DATA Block Start

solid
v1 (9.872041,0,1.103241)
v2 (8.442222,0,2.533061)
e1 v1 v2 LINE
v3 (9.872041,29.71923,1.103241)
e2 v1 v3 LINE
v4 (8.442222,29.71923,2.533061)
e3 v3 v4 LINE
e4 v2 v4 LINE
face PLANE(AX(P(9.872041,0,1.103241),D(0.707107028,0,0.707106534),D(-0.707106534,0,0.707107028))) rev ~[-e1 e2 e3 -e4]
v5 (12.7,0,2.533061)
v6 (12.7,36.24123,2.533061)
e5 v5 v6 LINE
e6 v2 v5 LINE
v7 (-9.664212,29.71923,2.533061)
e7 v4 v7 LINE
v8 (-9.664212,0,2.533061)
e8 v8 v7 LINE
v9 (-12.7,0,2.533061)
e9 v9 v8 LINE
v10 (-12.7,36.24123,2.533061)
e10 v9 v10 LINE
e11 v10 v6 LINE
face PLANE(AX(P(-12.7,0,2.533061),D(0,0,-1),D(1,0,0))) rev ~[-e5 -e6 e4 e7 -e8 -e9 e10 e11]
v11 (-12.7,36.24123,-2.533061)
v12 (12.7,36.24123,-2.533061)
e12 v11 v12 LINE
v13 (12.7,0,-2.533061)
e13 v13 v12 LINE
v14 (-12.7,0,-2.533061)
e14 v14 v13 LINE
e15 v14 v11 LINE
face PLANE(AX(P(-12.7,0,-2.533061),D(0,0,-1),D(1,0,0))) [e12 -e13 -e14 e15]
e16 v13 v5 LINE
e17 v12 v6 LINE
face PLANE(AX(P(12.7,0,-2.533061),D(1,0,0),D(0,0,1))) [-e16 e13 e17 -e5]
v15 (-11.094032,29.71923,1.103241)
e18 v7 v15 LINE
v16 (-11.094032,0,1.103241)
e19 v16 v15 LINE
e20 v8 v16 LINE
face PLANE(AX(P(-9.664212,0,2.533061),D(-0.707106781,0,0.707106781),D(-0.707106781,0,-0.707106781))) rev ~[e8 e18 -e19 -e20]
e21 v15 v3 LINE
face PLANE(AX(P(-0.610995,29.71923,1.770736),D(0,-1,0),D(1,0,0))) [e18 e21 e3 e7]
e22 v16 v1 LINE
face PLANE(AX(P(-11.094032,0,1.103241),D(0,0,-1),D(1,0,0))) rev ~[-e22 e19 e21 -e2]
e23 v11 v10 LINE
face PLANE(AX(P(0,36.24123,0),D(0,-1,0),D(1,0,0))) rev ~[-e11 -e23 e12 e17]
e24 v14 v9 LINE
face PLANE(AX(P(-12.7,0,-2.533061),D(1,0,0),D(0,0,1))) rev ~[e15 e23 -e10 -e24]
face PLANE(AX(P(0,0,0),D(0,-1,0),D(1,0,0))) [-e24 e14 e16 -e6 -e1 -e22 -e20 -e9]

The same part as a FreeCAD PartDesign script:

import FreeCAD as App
import Part
import Sketcher
Q = App.Units.Quantity


def add_polygon(sketch, points):
    """Adds a closed chain of lines whose ends are joined by coincident constraints."""
    first, n = sketch.GeometryCount, len(points)
    for a, b in zip(points, points[1:] + points[:1]):
        sketch.addGeometry(Part.LineSegment(App.Vector(*a, 0), App.Vector(*b, 0)), False)
    for i in range(n):
        sketch.addConstraint(Sketcher.Constraint("Coincident", first + i, 2, first + (i + 1) % n, 1))

doc = App.newDocument("Part")
params = doc.addObject("Spreadsheet::Sheet", "Params")
for row, (alias, value) in enumerate([
    ("sketch1_width", "1 in"),
    ("pad1_length", "36.24123 mm"),
    ("pocket1_length", "29.71923 mm"),
], start=1):
    params.set(f"A{row}", alias)
    params.set(f"B{row}", "=" + value)
    params.setAlias(f"B{row}", alias)

body = doc.addObject("PartDesign::Body", "Body")

# Sketch on XZ plane
sketch1 = body.newObject("Sketcher::SketchObject", "Sketch")
sketch1.AttachmentSupport = (doc.getObject("XZ_Plane"), [""])
sketch1.MapMode = "FlatFace"
add_polygon(sketch1, [(-13, 3), (-13, -3), (13, -3), (13, 3)])  # lines 0-3
sketch1.addConstraint(Sketcher.Constraint("Vertical", 0))
sketch1.addConstraint(Sketcher.Constraint("Horizontal", 1))
sketch1.addConstraint(Sketcher.Constraint("Vertical", 2))
sketch1.addConstraint(Sketcher.Constraint("Horizontal", 3))
sketch1.addConstraint(Sketcher.Constraint("Symmetric", 0, 2, 2, 2, -1, 1))
sketch1.addConstraint(Sketcher.Constraint("DistanceX", 1, 1, 1, 2, Q("1 in")))
sketch1.addConstraint(Sketcher.Constraint("DistanceY", 0, 2, 0, 1, Q("5.066122 mm")))
sketch1.setExpression("Constraints[9]", "Params.sketch1_width")
pad1 = body.newObject("PartDesign::Pad", "Pad")
pad1.Profile = sketch1
pad1.setExpression("Length", "Params.pad1_length")
pad1.Reversed = True

# Sketch on XZ plane
sketch2 = body.newObject("Sketcher::SketchObject", "Sketch001")
sketch2.AttachmentSupport = (doc.getObject("XZ_Plane"), [""])
sketch2.MapMode = "FlatFace"
add_polygon(sketch2, [(8.4, 2.5), (-9.7, 2.5), (-11.1, 1.1), (9.9, 1.1)])  # lines 0-3
sketch2.addConstraint(Sketcher.Constraint("Horizontal", 0))
sketch2.addConstraint(Sketcher.Constraint("Horizontal", 2))
sketch2.addConstraint(Sketcher.Constraint("Perpendicular", 1, 3))
sketch2.addConstraint(Sketcher.Constraint("Equal", 1, 3))
sketch2.addConstraint(Sketcher.Constraint("Distance", 1, Q("2.022071 mm")))
sketch2.addConstraint(Sketcher.Constraint("DistanceX", 0, 2, 0, 1, Q("18.106434 mm")))
sketch2.addConstraint(Sketcher.Constraint("DistanceX", 0, 2, -1, 1, Q("9.664212 mm")))
sketch2.addConstraint(Sketcher.Constraint("DistanceY", -1, 1, 0, 2, Q("2.533061 mm")))
pocket1 = body.newObject("PartDesign::Pocket", "Pocket")
pocket1.Profile = sketch2
pocket1.setExpression("Length", "Params.pocket1_length")

doc.recompute()
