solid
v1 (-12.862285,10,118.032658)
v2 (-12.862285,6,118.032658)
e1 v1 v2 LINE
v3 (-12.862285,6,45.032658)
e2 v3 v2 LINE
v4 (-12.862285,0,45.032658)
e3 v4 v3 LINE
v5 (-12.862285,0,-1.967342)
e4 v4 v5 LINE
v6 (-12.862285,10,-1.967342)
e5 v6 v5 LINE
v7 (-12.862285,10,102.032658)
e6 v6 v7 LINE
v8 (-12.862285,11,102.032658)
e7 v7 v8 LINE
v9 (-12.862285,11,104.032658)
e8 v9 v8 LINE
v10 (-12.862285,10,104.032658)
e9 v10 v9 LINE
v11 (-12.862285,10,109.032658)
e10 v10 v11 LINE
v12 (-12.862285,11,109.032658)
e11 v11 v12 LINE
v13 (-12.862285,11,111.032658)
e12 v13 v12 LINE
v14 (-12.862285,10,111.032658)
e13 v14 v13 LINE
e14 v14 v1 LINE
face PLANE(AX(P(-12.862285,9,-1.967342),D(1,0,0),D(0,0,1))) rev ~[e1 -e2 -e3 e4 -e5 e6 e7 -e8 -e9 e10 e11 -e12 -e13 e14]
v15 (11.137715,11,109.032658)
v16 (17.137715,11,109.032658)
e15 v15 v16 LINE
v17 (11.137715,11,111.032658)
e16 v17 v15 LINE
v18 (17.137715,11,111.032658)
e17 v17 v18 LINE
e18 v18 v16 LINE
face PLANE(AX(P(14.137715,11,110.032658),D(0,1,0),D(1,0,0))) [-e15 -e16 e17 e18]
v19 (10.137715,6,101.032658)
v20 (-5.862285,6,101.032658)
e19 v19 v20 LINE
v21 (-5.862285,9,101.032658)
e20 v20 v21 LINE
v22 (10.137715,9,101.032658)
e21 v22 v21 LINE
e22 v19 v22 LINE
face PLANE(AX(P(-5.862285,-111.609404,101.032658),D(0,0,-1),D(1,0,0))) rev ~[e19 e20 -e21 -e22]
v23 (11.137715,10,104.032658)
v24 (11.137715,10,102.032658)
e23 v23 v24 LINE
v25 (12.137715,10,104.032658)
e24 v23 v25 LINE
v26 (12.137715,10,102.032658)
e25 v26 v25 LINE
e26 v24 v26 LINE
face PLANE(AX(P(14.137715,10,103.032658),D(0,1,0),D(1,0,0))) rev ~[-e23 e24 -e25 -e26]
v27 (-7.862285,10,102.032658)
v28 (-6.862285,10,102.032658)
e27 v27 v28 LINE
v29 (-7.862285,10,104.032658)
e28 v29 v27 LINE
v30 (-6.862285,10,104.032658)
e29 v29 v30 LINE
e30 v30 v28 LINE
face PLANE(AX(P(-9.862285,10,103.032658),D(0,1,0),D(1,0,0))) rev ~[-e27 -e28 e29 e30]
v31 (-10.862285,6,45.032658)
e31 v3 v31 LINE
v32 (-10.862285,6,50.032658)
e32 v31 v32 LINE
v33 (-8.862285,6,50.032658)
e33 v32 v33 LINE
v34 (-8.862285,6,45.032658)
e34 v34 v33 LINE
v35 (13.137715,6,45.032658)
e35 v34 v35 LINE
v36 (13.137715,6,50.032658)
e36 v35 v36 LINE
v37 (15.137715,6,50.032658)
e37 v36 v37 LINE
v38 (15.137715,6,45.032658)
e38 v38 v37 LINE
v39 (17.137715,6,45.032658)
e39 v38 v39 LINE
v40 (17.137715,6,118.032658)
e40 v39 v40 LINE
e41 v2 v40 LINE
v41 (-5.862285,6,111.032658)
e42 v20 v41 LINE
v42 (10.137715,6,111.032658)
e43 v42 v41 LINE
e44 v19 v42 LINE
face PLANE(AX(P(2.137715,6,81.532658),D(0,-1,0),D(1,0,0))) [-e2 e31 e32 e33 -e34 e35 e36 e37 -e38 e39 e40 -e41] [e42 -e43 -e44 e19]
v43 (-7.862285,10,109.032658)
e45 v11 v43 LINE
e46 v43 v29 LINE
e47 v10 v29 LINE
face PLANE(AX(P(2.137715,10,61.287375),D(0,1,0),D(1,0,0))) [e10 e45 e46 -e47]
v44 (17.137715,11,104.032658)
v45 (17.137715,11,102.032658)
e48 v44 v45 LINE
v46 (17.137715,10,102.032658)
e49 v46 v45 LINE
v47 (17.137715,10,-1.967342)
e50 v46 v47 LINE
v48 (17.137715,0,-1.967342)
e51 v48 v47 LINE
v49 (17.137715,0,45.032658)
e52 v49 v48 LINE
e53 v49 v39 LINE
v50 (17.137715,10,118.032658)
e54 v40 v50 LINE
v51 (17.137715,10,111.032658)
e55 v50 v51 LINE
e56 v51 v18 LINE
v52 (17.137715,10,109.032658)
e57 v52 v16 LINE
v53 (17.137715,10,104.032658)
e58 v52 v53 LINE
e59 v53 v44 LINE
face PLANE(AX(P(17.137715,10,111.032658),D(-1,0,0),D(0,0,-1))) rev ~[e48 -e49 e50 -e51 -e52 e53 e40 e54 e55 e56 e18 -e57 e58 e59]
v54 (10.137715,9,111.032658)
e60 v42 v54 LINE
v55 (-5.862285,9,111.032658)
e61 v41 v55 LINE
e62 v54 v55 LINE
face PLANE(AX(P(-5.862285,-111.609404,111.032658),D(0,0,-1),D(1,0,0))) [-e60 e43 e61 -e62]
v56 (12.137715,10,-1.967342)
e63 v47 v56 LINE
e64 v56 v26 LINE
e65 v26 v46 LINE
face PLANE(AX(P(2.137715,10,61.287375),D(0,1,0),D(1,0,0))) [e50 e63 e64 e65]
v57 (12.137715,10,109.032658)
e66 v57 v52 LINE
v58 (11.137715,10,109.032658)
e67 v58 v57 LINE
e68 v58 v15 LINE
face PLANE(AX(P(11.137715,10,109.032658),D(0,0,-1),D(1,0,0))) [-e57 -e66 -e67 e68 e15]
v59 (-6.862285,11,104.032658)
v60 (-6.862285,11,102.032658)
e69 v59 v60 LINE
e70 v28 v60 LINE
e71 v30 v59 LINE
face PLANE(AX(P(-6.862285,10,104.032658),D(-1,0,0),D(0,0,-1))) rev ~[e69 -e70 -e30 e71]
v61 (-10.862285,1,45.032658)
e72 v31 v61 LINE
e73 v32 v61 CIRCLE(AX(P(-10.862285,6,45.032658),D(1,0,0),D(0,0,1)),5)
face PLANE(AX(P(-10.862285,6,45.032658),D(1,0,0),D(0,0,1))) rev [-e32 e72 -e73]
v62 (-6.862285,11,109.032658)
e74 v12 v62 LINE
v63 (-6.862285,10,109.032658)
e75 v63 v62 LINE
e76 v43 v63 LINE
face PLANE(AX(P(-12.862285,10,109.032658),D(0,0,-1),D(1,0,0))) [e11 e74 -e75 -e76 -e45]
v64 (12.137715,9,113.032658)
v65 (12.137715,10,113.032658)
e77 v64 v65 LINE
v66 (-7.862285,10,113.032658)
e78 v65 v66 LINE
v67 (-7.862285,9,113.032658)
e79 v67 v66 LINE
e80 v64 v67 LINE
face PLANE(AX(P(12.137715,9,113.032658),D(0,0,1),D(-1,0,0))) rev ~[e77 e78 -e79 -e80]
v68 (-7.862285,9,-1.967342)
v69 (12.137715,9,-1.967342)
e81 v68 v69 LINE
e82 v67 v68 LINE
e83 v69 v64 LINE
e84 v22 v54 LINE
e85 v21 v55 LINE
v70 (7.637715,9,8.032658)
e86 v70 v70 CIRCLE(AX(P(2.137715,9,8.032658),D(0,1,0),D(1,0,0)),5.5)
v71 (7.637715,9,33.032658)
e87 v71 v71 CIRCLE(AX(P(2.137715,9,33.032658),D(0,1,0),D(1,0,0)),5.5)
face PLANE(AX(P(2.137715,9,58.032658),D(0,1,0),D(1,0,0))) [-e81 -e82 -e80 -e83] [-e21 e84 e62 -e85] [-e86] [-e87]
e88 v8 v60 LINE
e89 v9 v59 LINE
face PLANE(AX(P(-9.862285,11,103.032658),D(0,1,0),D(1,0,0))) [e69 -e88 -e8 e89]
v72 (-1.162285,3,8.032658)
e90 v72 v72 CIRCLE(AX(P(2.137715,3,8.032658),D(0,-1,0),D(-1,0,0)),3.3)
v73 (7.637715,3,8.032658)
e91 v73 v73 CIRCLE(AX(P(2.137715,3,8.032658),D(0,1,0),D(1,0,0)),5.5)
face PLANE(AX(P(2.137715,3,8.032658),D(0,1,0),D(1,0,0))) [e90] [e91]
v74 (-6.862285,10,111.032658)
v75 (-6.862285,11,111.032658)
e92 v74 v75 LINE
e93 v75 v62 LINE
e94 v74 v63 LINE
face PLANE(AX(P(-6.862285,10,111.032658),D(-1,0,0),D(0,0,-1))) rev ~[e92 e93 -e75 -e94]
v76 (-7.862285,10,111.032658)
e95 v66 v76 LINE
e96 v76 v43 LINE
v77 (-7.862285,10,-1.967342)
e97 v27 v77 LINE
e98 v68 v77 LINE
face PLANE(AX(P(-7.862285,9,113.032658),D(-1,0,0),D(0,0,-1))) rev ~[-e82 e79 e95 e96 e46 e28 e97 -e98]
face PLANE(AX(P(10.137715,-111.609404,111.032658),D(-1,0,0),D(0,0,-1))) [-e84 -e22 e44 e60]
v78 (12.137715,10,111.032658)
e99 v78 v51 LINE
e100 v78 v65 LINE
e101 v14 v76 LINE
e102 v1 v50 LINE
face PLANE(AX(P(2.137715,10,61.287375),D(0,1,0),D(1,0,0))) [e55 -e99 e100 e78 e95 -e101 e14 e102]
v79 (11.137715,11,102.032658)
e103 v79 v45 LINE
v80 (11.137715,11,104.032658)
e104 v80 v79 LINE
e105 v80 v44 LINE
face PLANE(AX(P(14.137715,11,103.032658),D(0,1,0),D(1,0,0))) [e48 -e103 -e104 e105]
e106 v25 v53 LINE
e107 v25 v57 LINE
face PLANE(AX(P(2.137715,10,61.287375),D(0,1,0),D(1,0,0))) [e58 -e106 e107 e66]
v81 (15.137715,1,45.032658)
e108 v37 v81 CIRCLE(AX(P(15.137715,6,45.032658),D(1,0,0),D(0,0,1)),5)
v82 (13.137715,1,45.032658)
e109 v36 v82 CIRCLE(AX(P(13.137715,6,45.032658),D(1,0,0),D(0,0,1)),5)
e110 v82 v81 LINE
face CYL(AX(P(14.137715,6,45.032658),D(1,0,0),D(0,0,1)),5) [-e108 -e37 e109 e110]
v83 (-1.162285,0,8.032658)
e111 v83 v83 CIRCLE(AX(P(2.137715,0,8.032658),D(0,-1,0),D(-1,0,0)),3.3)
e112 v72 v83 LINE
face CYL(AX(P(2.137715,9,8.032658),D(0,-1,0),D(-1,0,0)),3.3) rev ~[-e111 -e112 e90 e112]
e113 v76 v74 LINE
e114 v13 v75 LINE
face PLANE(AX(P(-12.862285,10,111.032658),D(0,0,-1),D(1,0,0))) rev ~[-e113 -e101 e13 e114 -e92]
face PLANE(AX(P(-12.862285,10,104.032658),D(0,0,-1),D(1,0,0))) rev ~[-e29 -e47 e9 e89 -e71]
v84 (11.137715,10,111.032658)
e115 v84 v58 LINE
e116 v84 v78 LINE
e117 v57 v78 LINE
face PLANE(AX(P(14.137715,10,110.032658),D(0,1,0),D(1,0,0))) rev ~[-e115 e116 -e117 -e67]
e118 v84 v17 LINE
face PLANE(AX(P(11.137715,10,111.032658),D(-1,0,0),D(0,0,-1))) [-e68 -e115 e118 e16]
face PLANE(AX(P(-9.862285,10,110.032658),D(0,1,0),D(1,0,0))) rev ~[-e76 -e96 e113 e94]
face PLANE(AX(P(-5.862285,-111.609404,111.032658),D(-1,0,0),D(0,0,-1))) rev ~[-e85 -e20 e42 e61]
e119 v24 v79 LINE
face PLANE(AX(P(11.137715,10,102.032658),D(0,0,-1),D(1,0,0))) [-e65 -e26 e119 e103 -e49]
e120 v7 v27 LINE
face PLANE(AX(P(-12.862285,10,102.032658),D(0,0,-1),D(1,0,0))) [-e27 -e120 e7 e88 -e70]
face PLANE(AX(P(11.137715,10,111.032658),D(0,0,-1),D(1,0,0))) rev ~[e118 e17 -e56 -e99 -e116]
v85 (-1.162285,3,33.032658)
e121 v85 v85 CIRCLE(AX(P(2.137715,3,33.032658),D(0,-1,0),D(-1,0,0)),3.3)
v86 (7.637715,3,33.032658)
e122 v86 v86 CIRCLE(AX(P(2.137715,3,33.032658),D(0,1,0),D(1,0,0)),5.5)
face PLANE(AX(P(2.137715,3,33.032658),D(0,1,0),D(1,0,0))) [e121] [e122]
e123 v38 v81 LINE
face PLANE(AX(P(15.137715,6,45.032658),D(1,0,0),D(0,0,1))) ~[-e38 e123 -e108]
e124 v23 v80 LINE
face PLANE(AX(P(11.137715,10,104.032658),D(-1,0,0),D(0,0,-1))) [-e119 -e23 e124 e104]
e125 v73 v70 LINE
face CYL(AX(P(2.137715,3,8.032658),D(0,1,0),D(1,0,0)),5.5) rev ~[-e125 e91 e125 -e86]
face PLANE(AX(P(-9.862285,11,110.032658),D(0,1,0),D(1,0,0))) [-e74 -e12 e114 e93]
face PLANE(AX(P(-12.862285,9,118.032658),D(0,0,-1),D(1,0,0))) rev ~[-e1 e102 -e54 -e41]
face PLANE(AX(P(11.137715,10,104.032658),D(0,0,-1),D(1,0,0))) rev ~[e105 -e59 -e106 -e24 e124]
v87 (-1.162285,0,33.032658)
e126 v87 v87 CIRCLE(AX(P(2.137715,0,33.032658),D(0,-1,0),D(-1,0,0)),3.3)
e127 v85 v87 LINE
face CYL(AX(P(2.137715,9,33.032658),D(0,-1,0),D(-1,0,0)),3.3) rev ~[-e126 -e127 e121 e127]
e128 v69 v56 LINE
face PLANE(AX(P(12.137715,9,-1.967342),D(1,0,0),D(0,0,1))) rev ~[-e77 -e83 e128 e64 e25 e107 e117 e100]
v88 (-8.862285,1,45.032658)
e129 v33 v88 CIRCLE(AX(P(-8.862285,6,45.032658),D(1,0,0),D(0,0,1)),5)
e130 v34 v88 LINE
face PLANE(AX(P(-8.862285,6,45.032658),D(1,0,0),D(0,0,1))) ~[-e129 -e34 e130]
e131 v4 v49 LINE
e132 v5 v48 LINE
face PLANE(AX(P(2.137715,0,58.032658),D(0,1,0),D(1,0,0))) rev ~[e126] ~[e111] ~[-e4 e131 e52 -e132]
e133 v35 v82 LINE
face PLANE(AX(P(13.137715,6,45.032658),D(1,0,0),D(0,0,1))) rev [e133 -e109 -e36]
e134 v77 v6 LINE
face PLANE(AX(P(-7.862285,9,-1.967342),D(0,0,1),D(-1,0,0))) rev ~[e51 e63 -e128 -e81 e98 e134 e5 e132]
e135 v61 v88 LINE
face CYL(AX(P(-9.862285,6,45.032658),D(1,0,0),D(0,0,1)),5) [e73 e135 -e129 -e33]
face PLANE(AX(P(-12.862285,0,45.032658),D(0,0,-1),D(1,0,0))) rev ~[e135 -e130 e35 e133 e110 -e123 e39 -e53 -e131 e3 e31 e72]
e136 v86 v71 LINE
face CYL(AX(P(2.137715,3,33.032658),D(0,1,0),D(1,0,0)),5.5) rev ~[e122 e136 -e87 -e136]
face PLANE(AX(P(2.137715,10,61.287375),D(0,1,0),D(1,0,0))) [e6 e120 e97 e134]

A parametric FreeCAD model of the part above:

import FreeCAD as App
import Part
import Sketcher

doc = App.newDocument("Part")
body = doc.addObject("PartDesign::Body", "Body")

sketch1 = body.newObject("Sketcher::SketchObject", "Sketch")
sketch1.AttachmentSupport = (doc.getObject("XZ_Plane"), [""])
sketch1.MapMode = "FlatFace"
sketch1.addGeometry([
    Part.LineSegment(App.Vector(-13, -2, 0), App.Vector(-13, 118, 0)),
    Part.LineSegment(App.Vector(-13, 118, 0), App.Vector(17, 118, 0)),
    Part.LineSegment(App.Vector(17, 118, 0), App.Vector(17, -2, 0)),
    Part.LineSegment(App.Vector(17, -2, 0), App.Vector(-13, -2, 0)),
], False)
sketch1.addConstraint([
    Sketcher.Constraint("Coincident", 0, 2, 1, 1),
    Sketcher.Constraint("Coincident", 1, 2, 2, 1),
    Sketcher.Constraint("Coincident", 2, 2, 3, 1),
    Sketcher.Constraint("Coincident", 3, 2, 0, 1),
    Sketcher.Constraint("Vertical", 0),
    Sketcher.Constraint("Horizontal", 1),
    Sketcher.Constraint("Vertical", 2),
    Sketcher.Constraint("Horizontal", 3),
    Sketcher.Constraint("DistanceX", 1, 1, 1, 2, 30.0),
    Sketcher.Constraint("DistanceY", 0, 1, 0, 2, 120.0),
    Sketcher.Constraint("DistanceX", 0, 2, -1, 1, 12.862285),
    Sketcher.Constraint("DistanceY", -1, 1, 0, 2, 118.032658),
])
pad1 = body.newObject("PartDesign::Pad", "Pad")
pad1.Profile = sketch1
pad1.Length = 9
pad1.Reversed = True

DATA Block End

In the data above, start at the line that has "face PLANE(AX(P(2.137715,6,81.532658),D(0,-1,0),D(1,0,0))) [-e2", stop after the line that has "-e67 e68 e15]", and print every line in between exactly as it stands.

face PLANE(AX(P(2.137715,6,81.532658),D(0,-1,0),D(1,0,0))) [-e2 e31 e32 e33 -e34 e35 e36 e37 -e38 e39 e40 -e41] [e42 -e43 -e44 e19]
v43 (-7.862285,10,109.032658)
e45 v11 v43 LINE
e46 v43 v29 LINE
e47 v10 v29 LINE
face PLANE(AX(P(2.137715,10,61.287375),D(0,1,0),D(1,0,0))) [e10 e45 e46 -e47]
v44 (17.137715,11,104.032658)
v45 (17.137715,11,102.032658)
e48 v44 v45 LINE
v46 (17.137715,10,102.032658)
e49 v46 v45 LINE
v47 (17.137715,10,-1.967342)
e50 v46 v47 LINE
v48 (17.137715,0,-1.967342)
e51 v48 v47 LINE
v49 (17.137715,0,45.032658)
e52 v49 v48 LINE
e53 v49 v39 LINE
v50 (17.137715,10,118.032658)
e54 v40 v50 LINE
v51 (17.137715,10,111.032658)
e55 v50 v51 LINE
e56 v51 v18 LINE
v52 (17.137715,10,109.032658)
e57 v52 v16 LINE
v53 (17.137715,10,104.032658)
e58 v52 v53 LINE
e59 v53 v44 LINE
face PLANE(AX(P(17.137715,10,111.032658),D(-1,0,0),D(0,0,-1))) rev ~[e48 -e49 e50 -e51 -e52 e53 e40 e54 e55 e56 e18 -e57 e58 e59]
v54 (10.137715,9,111.032658)
e60 v42 v54 LINE
v55 (-5.862285,9,111.032658)
e61 v41 v55 LINE
e62 v54 v55 LINE
face PLANE(AX(P(-5.862285,-111.609404,111.032658),D(0,0,-1),D(1,0,0))) [-e60 e43 e61 -e62]
v56 (12.137715,10,-1.967342)
e63 v47 v56 LINE
e64 v56 v26 LINE
e65 v26 v46 LINE
face PLANE(AX(P(2.137715,10,61.287375),D(0,1,0),D(1,0,0))) [e50 e63 e64 e65]
v57 (12.137715,10,109.032658)
e66 v57 v52 LINE
v58 (11.137715,10,109.032658)
e67 v58 v57 LINE
e68 v58 v15 LINE
face PLANE(AX(P(11.137715,10,109.032658),D(0,0,-1),D(1,0,0))) [-e57 -e66 -e67 e68 e15]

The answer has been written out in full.